10 mL of a \(𝐻_{2}𝑆𝑂_{4}\) solution is diluted to 100 mL. 25 mL of this diluted solution is mixed with 50 mL of a 0.5 N NaOH solution. The resulting solution requires 0.265 g of \(𝑁𝑎_{2}𝐶𝑂_{3}\) for complete neutralisation. The normality of the original \(𝐻_{2}𝑆𝑂_{4}\) solution is

Calculating the normality of \(𝑯_{𝟐}𝑺𝑶_{𝟒}\) solution used to react with \(𝑵𝒂𝑶𝑯\), and neutralise \(𝑵𝒂_{𝟐}𝑪𝑶_{𝟑}\)

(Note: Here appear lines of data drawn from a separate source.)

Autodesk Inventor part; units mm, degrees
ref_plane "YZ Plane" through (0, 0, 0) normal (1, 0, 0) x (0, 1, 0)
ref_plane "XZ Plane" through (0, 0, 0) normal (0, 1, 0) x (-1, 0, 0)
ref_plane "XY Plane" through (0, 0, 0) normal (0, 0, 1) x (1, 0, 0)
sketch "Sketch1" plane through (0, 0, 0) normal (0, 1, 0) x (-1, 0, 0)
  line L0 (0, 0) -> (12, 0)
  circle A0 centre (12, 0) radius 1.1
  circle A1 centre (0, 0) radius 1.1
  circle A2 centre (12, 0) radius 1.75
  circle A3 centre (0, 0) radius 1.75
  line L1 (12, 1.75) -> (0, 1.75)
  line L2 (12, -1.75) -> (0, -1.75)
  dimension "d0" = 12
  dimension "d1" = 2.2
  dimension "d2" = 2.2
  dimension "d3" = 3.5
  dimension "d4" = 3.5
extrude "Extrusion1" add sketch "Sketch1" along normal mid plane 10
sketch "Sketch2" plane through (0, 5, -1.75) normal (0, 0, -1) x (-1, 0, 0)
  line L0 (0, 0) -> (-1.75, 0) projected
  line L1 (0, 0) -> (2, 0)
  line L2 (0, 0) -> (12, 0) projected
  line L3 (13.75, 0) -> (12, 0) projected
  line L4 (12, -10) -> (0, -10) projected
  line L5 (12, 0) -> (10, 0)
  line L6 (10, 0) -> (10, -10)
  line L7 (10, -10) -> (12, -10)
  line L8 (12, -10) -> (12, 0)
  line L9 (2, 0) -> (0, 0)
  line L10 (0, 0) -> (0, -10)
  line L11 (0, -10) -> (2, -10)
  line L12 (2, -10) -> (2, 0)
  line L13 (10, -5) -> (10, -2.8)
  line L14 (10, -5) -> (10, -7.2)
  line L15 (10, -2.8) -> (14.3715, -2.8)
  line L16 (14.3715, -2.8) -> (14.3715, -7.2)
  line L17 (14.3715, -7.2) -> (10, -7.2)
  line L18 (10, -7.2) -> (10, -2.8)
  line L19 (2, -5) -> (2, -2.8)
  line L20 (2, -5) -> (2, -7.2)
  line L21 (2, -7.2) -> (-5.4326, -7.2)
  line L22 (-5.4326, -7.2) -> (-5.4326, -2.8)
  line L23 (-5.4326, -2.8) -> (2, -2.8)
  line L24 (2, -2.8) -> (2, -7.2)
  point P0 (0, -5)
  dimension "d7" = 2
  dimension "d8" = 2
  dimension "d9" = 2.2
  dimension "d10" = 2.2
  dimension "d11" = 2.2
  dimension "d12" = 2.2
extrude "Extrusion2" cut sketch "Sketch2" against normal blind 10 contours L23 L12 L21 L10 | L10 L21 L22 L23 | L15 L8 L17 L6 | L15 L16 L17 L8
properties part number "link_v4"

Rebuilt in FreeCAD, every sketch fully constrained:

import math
import FreeCAD as App
import Part
import Sketcher
from FreeCAD import Vector
Q = App.Units.Quantity


def add_polygon(sketch, points):
    """Adds a closed chain of lines whose ends are joined by coincident constraints."""
    first, n = sketch.GeometryCount, len(points)
    for a, b in zip(points, points[1:] + points[:1]):
        sketch.addGeometry(Part.LineSegment(App.Vector(*a, 0), App.Vector(*b, 0)), False)
    for i in range(n):
        sketch.addConstraint(Sketcher.Constraint("Coincident", first + i, 2, first + (i + 1) % n, 1))

doc = App.newDocument("Part")
body = doc.addObject("PartDesign::Body", "Body")

sketch1 = body.newObject("Sketcher::SketchObject", "Sketch")
sketch1.AttachmentSupport = (doc.getObject("XZ_Plane"), [""])
sketch1.MapMode = "FlatFace"
sketch1.addGeometry([
    Part.ArcOfCircle(Part.Circle(Vector(0, 0, 0), Vector(0, 0, 1), 1.8), math.radians(-90), math.radians(90)),
    Part.LineSegment(Vector(0, -1.8, 0), Vector(-12, -1.8, 0)),
    Part.ArcOfCircle(Part.Circle(Vector(-12, 0, 0), Vector(0, 0, 1), 1.8), math.radians(90), math.radians(270)),
    Part.LineSegment(Vector(-12, 1.8, 0), Vector(0, 1.8, 0)),
    Part.Circle(Vector(0, 0, 0), Vector(0, 0, 1), 1.1),
    Part.Circle(Vector(-12, 0, 0), Vector(0, 0, 1), 1.1),
], False)
sketch1.addConstraint([
    Sketcher.Constraint("Tangent", 0, 1, 1, 1),
    Sketcher.Constraint("Tangent", 1, 2, 2, 2),
    Sketcher.Constraint("Tangent", 2, 1, 3, 1),
    Sketcher.Constraint("Tangent", 3, 2, 0, 2),
    Sketcher.Constraint("Horizontal", 1),
    Sketcher.Constraint("Horizontal", 3),
    Sketcher.Constraint("Coincident", 0, 3, -1, 1),
    Sketcher.Constraint("Coincident", 4, 3, -1, 1),
    Sketcher.Constraint("Coincident", 5, 3, 2, 3),
    Sketcher.Constraint("Equal", 4, 5),
    Sketcher.Constraint("Diameter", 4, Q("2.2 mm")),
    Sketcher.Constraint("DistanceX", 1, 2, 1, 1, Q("12 mm")),
    Sketcher.Constraint("Radius", 0, Q("1.75 mm")),
])
pad1 = body.newObject("PartDesign::Pad", "Pad")
pad1.Profile = sketch1
pad1.Length = 10
pad1.Midplane = True

sketch2 = body.newObject("Sketcher::SketchObject", "Sketch001")
sketch2.AttachmentSupport = (doc.getObject("XY_Plane"), [""])
sketch2.MapMode = "FlatFace"
sketch2.AttachmentOffset = App.Placement(Vector(0, 0, -1.75), App.Rotation())
add_polygon(sketch2, [(-2, 2.2), (5.4, 2.2), (5.4, -2.2), (-2, -2.2)])
add_polygon(sketch2, [(-10, 2.2), (-10, -2.2), (-14.4, -2.2), (-14.4, 2.2)])
sketch2.addConstraint([
    Sketcher.Constraint("Horizontal", 0),
    Sketcher.Constraint("Vertical", 1),
    Sketcher.Constraint("Horizontal", 2),
    Sketcher.Constraint("Vertical", 3),
    Sketcher.Constraint("Vertical", 4),
    Sketcher.Constraint("Horizontal", 5),
    Sketcher.Constraint("Vertical", 6),
    Sketcher.Constraint("Horizontal", 7),
    Sketcher.Constraint("Horizontal", 2, 2, 4, 2),
    Sketcher.Constraint("Horizontal", 3, 2, 6, 2),
    Sketcher.Constraint("DistanceX", 2, 2, -1, 1, Q("2 mm")),
    Sketcher.Constraint("DistanceY", -1, 1, 0, 2, Q("2.2 mm")),
    Sketcher.Constraint("DistanceY", 1, 2, -1, 1, Q("2.2 mm")),
    Sketcher.Constraint("DistanceX", 4, 2, -1, 1, Q("10 mm")),
    Sketcher.Constraint("DistanceX", 0, 1, 0, 2, Q("7.4326 mm")),
    Sketcher.Constraint("DistanceX", 5, 2, 5, 1, Q("4.3715 mm")),
])
pocket1 = body.newObject("PartDesign::Pocket", "Pocket")
pocket1.Profile = sketch2
pocket1.Length = 10
pocket1.Reversed = True

doc.recompute()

Assuming, Normality of \(𝐻_{2}𝑆𝑂_{4} = 𝑁_2\)
\(𝑁𝑢𝑚𝑏𝑒𝑟 ~𝑜𝑓 ~𝑒𝑞𝑢𝑖𝑣𝑎𝑙𝑒𝑛𝑡𝑠 = 𝑀𝑜𝑙𝑒𝑠 × 𝑛 − 𝑓𝑎𝑐𝑡𝑜r\)
\(\dfrac{Mass}{Molar~ mass}\times~n-factor\)

Milliequivalents of \(𝐻_{2}𝑆𝑂_{4}\) = Milliequivalents of \(𝑁𝑎𝑂𝐻 + Milliequivalents ~of~ 𝑁𝑎_{2}𝐶𝑂_{3}\)

\(𝑁_{2}\times 𝑉_{𝐻_2𝑆𝑂_4}\)

= \(N_{N_aOH}\times_{V_{NaOH}}+\dfrac{m_{Na_2CO_3}}{M_{Na_2CO_3}}\times~n-factor\times1000\)

\(N_{2}\times25=0.5\times50+\frac{0.265}{106}\times2\times1000\)

\(N_{2}=\dfrac{25+5}{25}=\dfrac{30}{25}=1.2~N\)

Calculating the normality of the original \(𝑯_{𝟐}𝑺𝑶_{𝟒}\) solution

For dilution process:

\(𝑁_{1}𝑉_{1} = 𝑁_{2}𝑉_{2}\)

\(\Rightarrow 𝑁_{1}\times 10 = 𝑁_{2}\times 100\)

\(N_{2}=\dfrac{1.2\times100}{10}=12~N\)

Hence, the normality of the original \(𝐻_{2}𝑆𝑂_{4}\) solution is \(12 ~𝑁\).

So, option (A) is the correct answer.